▶ _The task_
For this exercise, return exactly the lines of the material below that begin at the one with "v43 (22.225,-9.525,0)" and stop after the one with "face PLANE(AX(P(0,-3.175,0),D(0,-1,0),D(0,0,-1))) rev".

▶ _Material shown_
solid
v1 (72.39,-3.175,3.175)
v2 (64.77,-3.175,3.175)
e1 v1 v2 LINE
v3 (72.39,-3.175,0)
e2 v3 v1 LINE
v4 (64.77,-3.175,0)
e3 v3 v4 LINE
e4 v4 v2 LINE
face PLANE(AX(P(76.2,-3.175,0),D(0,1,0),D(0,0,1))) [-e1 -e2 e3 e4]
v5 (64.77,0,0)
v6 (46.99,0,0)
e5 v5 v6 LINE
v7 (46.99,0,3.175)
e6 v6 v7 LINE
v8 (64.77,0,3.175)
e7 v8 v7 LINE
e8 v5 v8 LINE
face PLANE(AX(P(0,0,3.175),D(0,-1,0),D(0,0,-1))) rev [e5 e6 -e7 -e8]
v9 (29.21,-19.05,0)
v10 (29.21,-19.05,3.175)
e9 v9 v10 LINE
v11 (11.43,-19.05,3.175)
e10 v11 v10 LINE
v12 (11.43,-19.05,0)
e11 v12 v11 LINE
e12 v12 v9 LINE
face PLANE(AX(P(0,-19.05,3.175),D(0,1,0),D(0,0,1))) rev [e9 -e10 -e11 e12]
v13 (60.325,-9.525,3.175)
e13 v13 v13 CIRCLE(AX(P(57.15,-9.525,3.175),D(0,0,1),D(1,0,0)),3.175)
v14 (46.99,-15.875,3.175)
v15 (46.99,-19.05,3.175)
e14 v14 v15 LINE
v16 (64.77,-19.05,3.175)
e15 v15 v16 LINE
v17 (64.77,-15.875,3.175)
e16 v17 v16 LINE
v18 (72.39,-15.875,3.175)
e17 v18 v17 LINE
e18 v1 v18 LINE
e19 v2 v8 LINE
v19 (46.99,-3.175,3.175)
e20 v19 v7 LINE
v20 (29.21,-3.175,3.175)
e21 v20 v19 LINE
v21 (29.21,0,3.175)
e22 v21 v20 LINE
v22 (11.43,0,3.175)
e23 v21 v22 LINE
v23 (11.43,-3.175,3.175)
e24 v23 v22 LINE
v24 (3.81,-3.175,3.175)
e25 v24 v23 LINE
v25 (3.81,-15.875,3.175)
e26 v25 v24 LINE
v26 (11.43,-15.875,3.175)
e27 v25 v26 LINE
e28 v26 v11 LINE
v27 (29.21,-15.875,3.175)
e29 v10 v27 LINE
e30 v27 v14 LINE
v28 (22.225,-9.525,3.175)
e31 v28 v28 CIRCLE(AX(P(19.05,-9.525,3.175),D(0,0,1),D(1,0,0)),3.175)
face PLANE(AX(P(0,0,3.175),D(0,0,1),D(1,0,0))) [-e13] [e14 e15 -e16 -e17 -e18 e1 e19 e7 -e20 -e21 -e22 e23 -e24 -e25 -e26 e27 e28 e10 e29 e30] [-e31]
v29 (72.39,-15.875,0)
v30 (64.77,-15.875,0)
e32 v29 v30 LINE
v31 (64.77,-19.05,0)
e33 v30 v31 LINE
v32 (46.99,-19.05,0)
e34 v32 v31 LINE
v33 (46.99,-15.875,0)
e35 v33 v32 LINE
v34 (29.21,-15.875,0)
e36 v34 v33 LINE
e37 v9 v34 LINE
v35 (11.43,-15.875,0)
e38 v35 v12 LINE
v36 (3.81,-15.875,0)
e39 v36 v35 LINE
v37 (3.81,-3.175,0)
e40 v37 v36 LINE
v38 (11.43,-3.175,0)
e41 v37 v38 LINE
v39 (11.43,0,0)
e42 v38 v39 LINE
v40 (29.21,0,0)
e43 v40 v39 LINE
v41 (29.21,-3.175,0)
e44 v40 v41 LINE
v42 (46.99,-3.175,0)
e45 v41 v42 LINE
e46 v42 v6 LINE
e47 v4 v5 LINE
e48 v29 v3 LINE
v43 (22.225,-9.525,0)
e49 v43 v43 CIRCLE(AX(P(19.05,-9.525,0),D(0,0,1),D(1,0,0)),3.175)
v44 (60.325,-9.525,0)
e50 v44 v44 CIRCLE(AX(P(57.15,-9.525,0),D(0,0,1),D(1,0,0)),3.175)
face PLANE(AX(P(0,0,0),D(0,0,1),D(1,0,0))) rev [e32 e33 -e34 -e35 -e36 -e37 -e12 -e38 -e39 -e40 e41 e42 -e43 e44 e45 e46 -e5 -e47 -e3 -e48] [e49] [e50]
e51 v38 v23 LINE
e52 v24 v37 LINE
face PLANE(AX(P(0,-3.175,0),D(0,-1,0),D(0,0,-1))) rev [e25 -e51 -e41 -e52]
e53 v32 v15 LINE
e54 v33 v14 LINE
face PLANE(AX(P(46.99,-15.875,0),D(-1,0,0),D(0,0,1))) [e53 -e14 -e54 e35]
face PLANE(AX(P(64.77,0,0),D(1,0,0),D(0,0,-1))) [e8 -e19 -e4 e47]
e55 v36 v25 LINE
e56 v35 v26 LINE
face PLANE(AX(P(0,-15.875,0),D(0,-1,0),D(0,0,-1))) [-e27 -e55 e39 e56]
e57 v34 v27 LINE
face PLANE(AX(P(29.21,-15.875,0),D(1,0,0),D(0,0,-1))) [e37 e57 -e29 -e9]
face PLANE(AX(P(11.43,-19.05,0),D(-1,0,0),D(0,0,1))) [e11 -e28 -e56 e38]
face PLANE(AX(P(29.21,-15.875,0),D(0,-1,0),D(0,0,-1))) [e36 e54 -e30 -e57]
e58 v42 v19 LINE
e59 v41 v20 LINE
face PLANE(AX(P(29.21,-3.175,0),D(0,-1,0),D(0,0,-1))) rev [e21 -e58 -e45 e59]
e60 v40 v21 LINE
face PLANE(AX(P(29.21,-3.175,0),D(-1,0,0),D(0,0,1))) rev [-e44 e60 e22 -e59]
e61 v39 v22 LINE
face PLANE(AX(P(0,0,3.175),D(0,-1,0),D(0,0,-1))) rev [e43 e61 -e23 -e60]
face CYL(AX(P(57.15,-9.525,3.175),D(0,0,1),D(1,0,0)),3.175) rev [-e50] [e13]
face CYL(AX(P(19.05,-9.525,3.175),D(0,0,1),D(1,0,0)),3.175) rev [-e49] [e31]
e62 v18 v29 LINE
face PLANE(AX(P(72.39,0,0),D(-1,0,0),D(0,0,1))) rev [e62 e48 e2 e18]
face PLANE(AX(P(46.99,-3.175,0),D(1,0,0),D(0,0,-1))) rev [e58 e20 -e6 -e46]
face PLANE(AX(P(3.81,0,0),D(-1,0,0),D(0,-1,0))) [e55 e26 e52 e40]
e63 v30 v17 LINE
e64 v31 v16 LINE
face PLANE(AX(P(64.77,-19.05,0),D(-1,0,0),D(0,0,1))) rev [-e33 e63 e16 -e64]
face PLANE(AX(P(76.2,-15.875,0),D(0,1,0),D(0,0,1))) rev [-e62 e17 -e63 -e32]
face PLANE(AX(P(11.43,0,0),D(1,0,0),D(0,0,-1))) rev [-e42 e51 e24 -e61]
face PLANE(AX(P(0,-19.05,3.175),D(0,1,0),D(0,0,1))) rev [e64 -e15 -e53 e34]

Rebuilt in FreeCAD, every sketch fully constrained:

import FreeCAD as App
import Part
import Sketcher
from FreeCAD import Vector
Q = App.Units.Quantity


def add_polygon(sketch, points):
    """Adds a closed chain of lines whose ends are joined by coincident constraints."""
    first, n = sketch.GeometryCount, len(points)
    for a, b in zip(points, points[1:] + points[:1]):
        sketch.addGeometry(Part.LineSegment(App.Vector(*a, 0), App.Vector(*b, 0)), False)
    for i in range(n):
        sketch.addConstraint(Sketcher.Constraint("Coincident", first + i, 2, first + (i + 1) % n, 1))

doc = App.newDocument("Part")
body = doc.addObject("PartDesign::Body", "Body")

sketch1 = doc.addObject("Sketcher::SketchObject", "Sketch")
body.addObject(sketch1)
sketch1.AttachmentSupport = (doc.XY_Plane, [""])
sketch1.MapMode = "FlatFace"
add_polygon(sketch1, [(0, 0), (0, -19), (76, -19), (76, 0)])
sketch1.addConstraint(Sketcher.Constraint("Vertical", 0))
sketch1.addConstraint(Sketcher.Constraint("Horizontal", 1))
sketch1.addConstraint(Sketcher.Constraint("Vertical", 2))
sketch1.addConstraint(Sketcher.Constraint("Horizontal", 3))
sketch1.addConstraint(Sketcher.Constraint("Coincident", 3, 2, -1, 1))
sketch1.addConstraint(Sketcher.Constraint("DistanceX", 1, 1, 1, 2, Q("3 in")))
sketch1.addConstraint(Sketcher.Constraint("DistanceY", 0, 2, 0, 1, Q("0.75 in")))
pad1 = doc.addObject("PartDesign::Pad", "Pad")
body.addObject(pad1)
pad1.Profile = sketch1
pad1.Length = Q("0.125 in")

sketch2 = doc.addObject("Sketcher::SketchObject", "Sketch001")
body.addObject(sketch2)
sketch2.AttachmentSupport = (doc.XY_Plane, [""])
sketch2.MapMode = "FlatFace"
sketch2.AttachmentOffset = App.Placement(Vector(0, 0, 0.125 * 25.4), App.Rotation())
add_polygon(sketch2, [(0, 0), (0, -3.2), (11.4, -3.2), (11.4, 0)])
sketch2.addConstraint(Sketcher.Constraint("Vertical", 0))
sketch2.addConstraint(Sketcher.Constraint("Horizontal", 1))
sketch2.addConstraint(Sketcher.Constraint("Vertical", 2))
sketch2.addConstraint(Sketcher.Constraint("Horizontal", 3))
sketch2.addConstraint(Sketcher.Constraint("Coincident", 3, 2, -1, 1))
sketch2.addConstraint(Sketcher.Constraint("DistanceX", 1, 1, 1, 2, Q("0.45 in")))
sketch2.addConstraint(Sketcher.Constraint("DistanceY", 0, 2, 0, 1, Q("0.125 in")))
pocket1 = doc.addObject("PartDesign::Pocket", "Pocket")
body.addObject(pocket1)
pocket1.Profile = sketch2
pocket1.Type = "ThroughAll"
doc.recompute()

datumplane = doc.addObject("PartDesign::Plane", "DatumPlane")
body.addObject(datumplane)
datumplane.AttachmentSupport = (doc.YZ_Plane, [""])
datumplane.MapMode = "FlatFace"
datumplane.AttachmentOffset = App.Placement(Vector(0, 0, 1.5 * 25.4), App.Rotation())
mirrored = doc.addObject("PartDesign::Mirrored", "Mirrored")
body.addObject(mirrored)
mirrored.Originals = [pocket1]
mirrored.MirrorPlane = (datumplane, [""])
body.Tip = mirrored

sketch3 = doc.addObject("Sketcher::SketchObject", "Sketch002")
body.addObject(sketch3)
sketch3.AttachmentSupport = (doc.XY_Plane, [""])
sketch3.MapMode = "FlatFace"
sketch3.AttachmentOffset = App.Placement(Vector(0, 0, 0.125 * 25.4), App.Rotation())
add_polygon(sketch3, [(29.2, 0), (29.2, -3.2), (47, -3.2), (47, 0)])
sketch3.addConstraint(Sketcher.Constraint("Vertical", 0))
sketch3.addConstraint(Sketcher.Constraint("Horizontal", 1))
sketch3.addConstraint(Sketcher.Constraint("Vertical", 2))
sketch3.addConstraint(Sketcher.Constraint("Horizontal", 3))
sketch3.addConstraint(Sketcher.Constraint("PointOnObject", 2, 2, -1))
sketch3.addConstraint(Sketcher.Constraint("DistanceX", 1, 1, 1, 2, Q("0.7 in")))
sketch3.addConstraint(Sketcher.Constraint("DistanceY", 0, 2, 0, 1, Q("0.125 in")))
sketch3.addConstraint(Sketcher.Constraint("DistanceX", -1, 1, 0, 2, Q("1.15 in")))
pocket2 = doc.addObject("PartDesign::Pocket", "Pocket001")
body.addObject(pocket2)
pocket2.Profile = sketch3
pocket2.Type = "ThroughAll"
doc.recompute()

datumplane2 = doc.addObject("PartDesign::Plane", "DatumPlane001")
body.addObject(datumplane2)
datumplane2.AttachmentSupport = (doc.XZ_Plane, [""])
datumplane2.MapMode = "FlatFace"
datumplane2.AttachmentOffset = App.Placement(Vector(0, 0, 0.375 * 25.4), App.Rotation())
mirrored2 = doc.addObject("PartDesign::Mirrored", "Mirrored001")
body.addObject(mirrored2)
mirrored2.Originals = [pocket1, pocket2]
mirrored2.MirrorPlane = (datumplane2, [""])
body.Tip = mirrored2

sketch4 = doc.addObject("Sketcher::SketchObject", "Sketch003")
body.addObject(sketch4)
sketch4.AttachmentSupport = (doc.XY_Plane, [""])
sketch4.MapMode = "FlatFace"
sketch4.AttachmentOffset = App.Placement(Vector(0, 0, 0.125 * 25.4), App.Rotation())
add_polygon(sketch4, [(76.2, -19.1), (76.2, -15.9), (64.8, -15.9), (64.8, -19.1)])
sketch4.addConstraint(Sketcher.Constraint("Vertical", 0))
sketch4.addConstraint(Sketcher.Constraint("Horizontal", 1))
sketch4.addConstraint(Sketcher.Constraint("Vertical", 2))
sketch4.addConstraint(Sketcher.Constraint("Horizontal", 3))
sketch4.addConstraint(Sketcher.Constraint("DistanceX", -1, 1, 0, 2, Q("3 in")))
sketch4.addConstraint(Sketcher.Constraint("DistanceX", 1, 2, 1, 1, Q("0.45 in")))
sketch4.addConstraint(Sketcher.Constraint("DistanceY", 0, 1, 0, 2, Q("0.125 in")))
sketch4.addConstraint(Sketcher.Constraint("DistanceY", 2, 2, -1, 1, Q("0.75 in")))
pocket3 = doc.addObject("PartDesign::Pocket", "Pocket002")
body.addObject(pocket3)
pocket3.Profile = sketch4
pocket3.Type = "ThroughAll"

sketch5 = doc.addObject("Sketcher::SketchObject", "Sketch004")
body.addObject(sketch5)
sketch5.AttachmentSupport = (doc.XY_Plane, [""])
sketch5.MapMode = "FlatFace"
sketch5.AttachmentOffset = App.Placement(Vector(0, 0, 0.125 * 25.4), App.Rotation())
sketch5.addGeometry(Part.Circle(Vector(19.1, -9.5, 0), Vector(0, 0, 1), 3.2), False)
sketch5.addGeometry(Part.Circle(Vector(57.1, -9.5, 0), Vector(0, 0, 1), 3.2), False)
sketch5.addConstraint(Sketcher.Constraint("Equal", 0, 1))
sketch5.addConstraint(Sketcher.Constraint("Horizontal", 0, 3, 1, 3))
sketch5.addConstraint(Sketcher.Constraint("Diameter", 0, Q("0.25 in")))
sketch5.addConstraint(Sketcher.Constraint("DistanceX", 0, 3, 1, 3, Q("1.5 in")))
sketch5.addConstraint(Sketcher.Constraint("DistanceX", -1, 1, 0, 3, Q("0.75 in")))
sketch5.addConstraint(Sketcher.Constraint("DistanceY", 0, 3, -1, 1, Q("0.375 in")))
doc.recompute()
hole = doc.addObject("PartDesign::Hole", "Hole")
body.addObject(hole)
hole.Profile = sketch5
hole.ThreadType = "None"
hole.Diameter = Q("0.25 in")
hole.DepthType = "ThroughAll"

sketch6 = doc.addObject("Sketcher::SketchObject", "Sketch005")
body.addObject(sketch6)
sketch6.AttachmentSupport = (doc.YZ_Plane, [""])
sketch6.MapMode = "FlatFace"
add_polygon(sketch6, [(-3.2, 0), (-15.9, 0), (-15.9, 3.2), (-3.2, 3.2)])
sketch6.addConstraint(Sketcher.Constraint("Horizontal", 0))
sketch6.addConstraint(Sketcher.Constraint("Vertical", 1))
sketch6.addConstraint(Sketcher.Constraint("Horizontal", 2))
sketch6.addConstraint(Sketcher.Constraint("Vertical", 3))
sketch6.addConstraint(Sketcher.Constraint("PointOnObject", 0, 2, -1))
sketch6.addConstraint(Sketcher.Constraint("DistanceX", 0, 2, 0, 1, Q("0.5 in")))
sketch6.addConstraint(Sketcher.Constraint("DistanceY", 1, 1, 1, 2, Q("0.125 in")))
sketch6.addConstraint(Sketcher.Constraint("DistanceX", 0, 2, -1, 1, Q("0.625 in")))
pocket4 = doc.addObject("PartDesign::Pocket", "Pocket003")
body.addObject(pocket4)
pocket4.Profile = sketch6
pocket4.Length = Q("0.15 in")
pocket4.Reversed = True

sketch7 = doc.addObject("Sketcher::SketchObject", "Sketch006")
body.addObject(sketch7)
sketch7.AttachmentSupport = (doc.YZ_Plane, [""])
sketch7.MapMode = "FlatFace"
sketch7.AttachmentOffset = App.Placement(Vector(0, 0, 3 * 25.4), App.Rotation())
add_polygon(sketch7, [(-3.2, 3.2), (-15.9, 3.2), (-15.9, 0), (-3.2, 0)])
sketch7.addConstraint(Sketcher.Constraint("Horizontal", 0))
sketch7.addConstraint(Sketcher.Constraint("Vertical", 1))
sketch7.addConstraint(Sketcher.Constraint("Horizontal", 2))
sketch7.addConstraint(Sketcher.Constraint("Vertical", 3))
sketch7.addConstraint(Sketcher.Constraint("PointOnObject", 1, 2, -1))
sketch7.addConstraint(Sketcher.Constraint("DistanceX", 0, 2, 0, 1, Q("0.5 in")))
sketch7.addConstraint(Sketcher.Constraint("DistanceY", 1, 2, 1, 1, Q("0.125 in")))
sketch7.addConstraint(Sketcher.Constraint("DistanceX", 0, 2, -1, 1, Q("0.625 in")))
pocket5 = doc.addObject("PartDesign::Pocket", "Pocket004")
body.addObject(pocket5)
pocket5.Profile = sketch7
pocket5.Length = Q("0.15 in")

doc.recompute()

▶ _Response to this task_
v43 (22.225,-9.525,0)
e49 v43 v43 CIRCLE(AX(P(19.05,-9.525,0),D(0,0,1),D(1,0,0)),3.175)
v44 (60.325,-9.525,0)
e50 v44 v44 CIRCLE(AX(P(57.15,-9.525,0),D(0,0,1),D(1,0,0)),3.175)
face PLANE(AX(P(0,0,0),D(0,0,1),D(1,0,0))) rev [e32 e33 -e34 -e35 -e36 -e37 -e12 -e38 -e39 -e40 e41 e42 -e43 e44 e45 e46 -e5 -e47 -e3 -e48] [e49] [e50]
e51 v38 v23 LINE
e52 v24 v37 LINE
face PLANE(AX(P(0,-3.175,0),D(0,-1,0),D(0,0,-1))) rev [e25 -e51 -e41 -e52]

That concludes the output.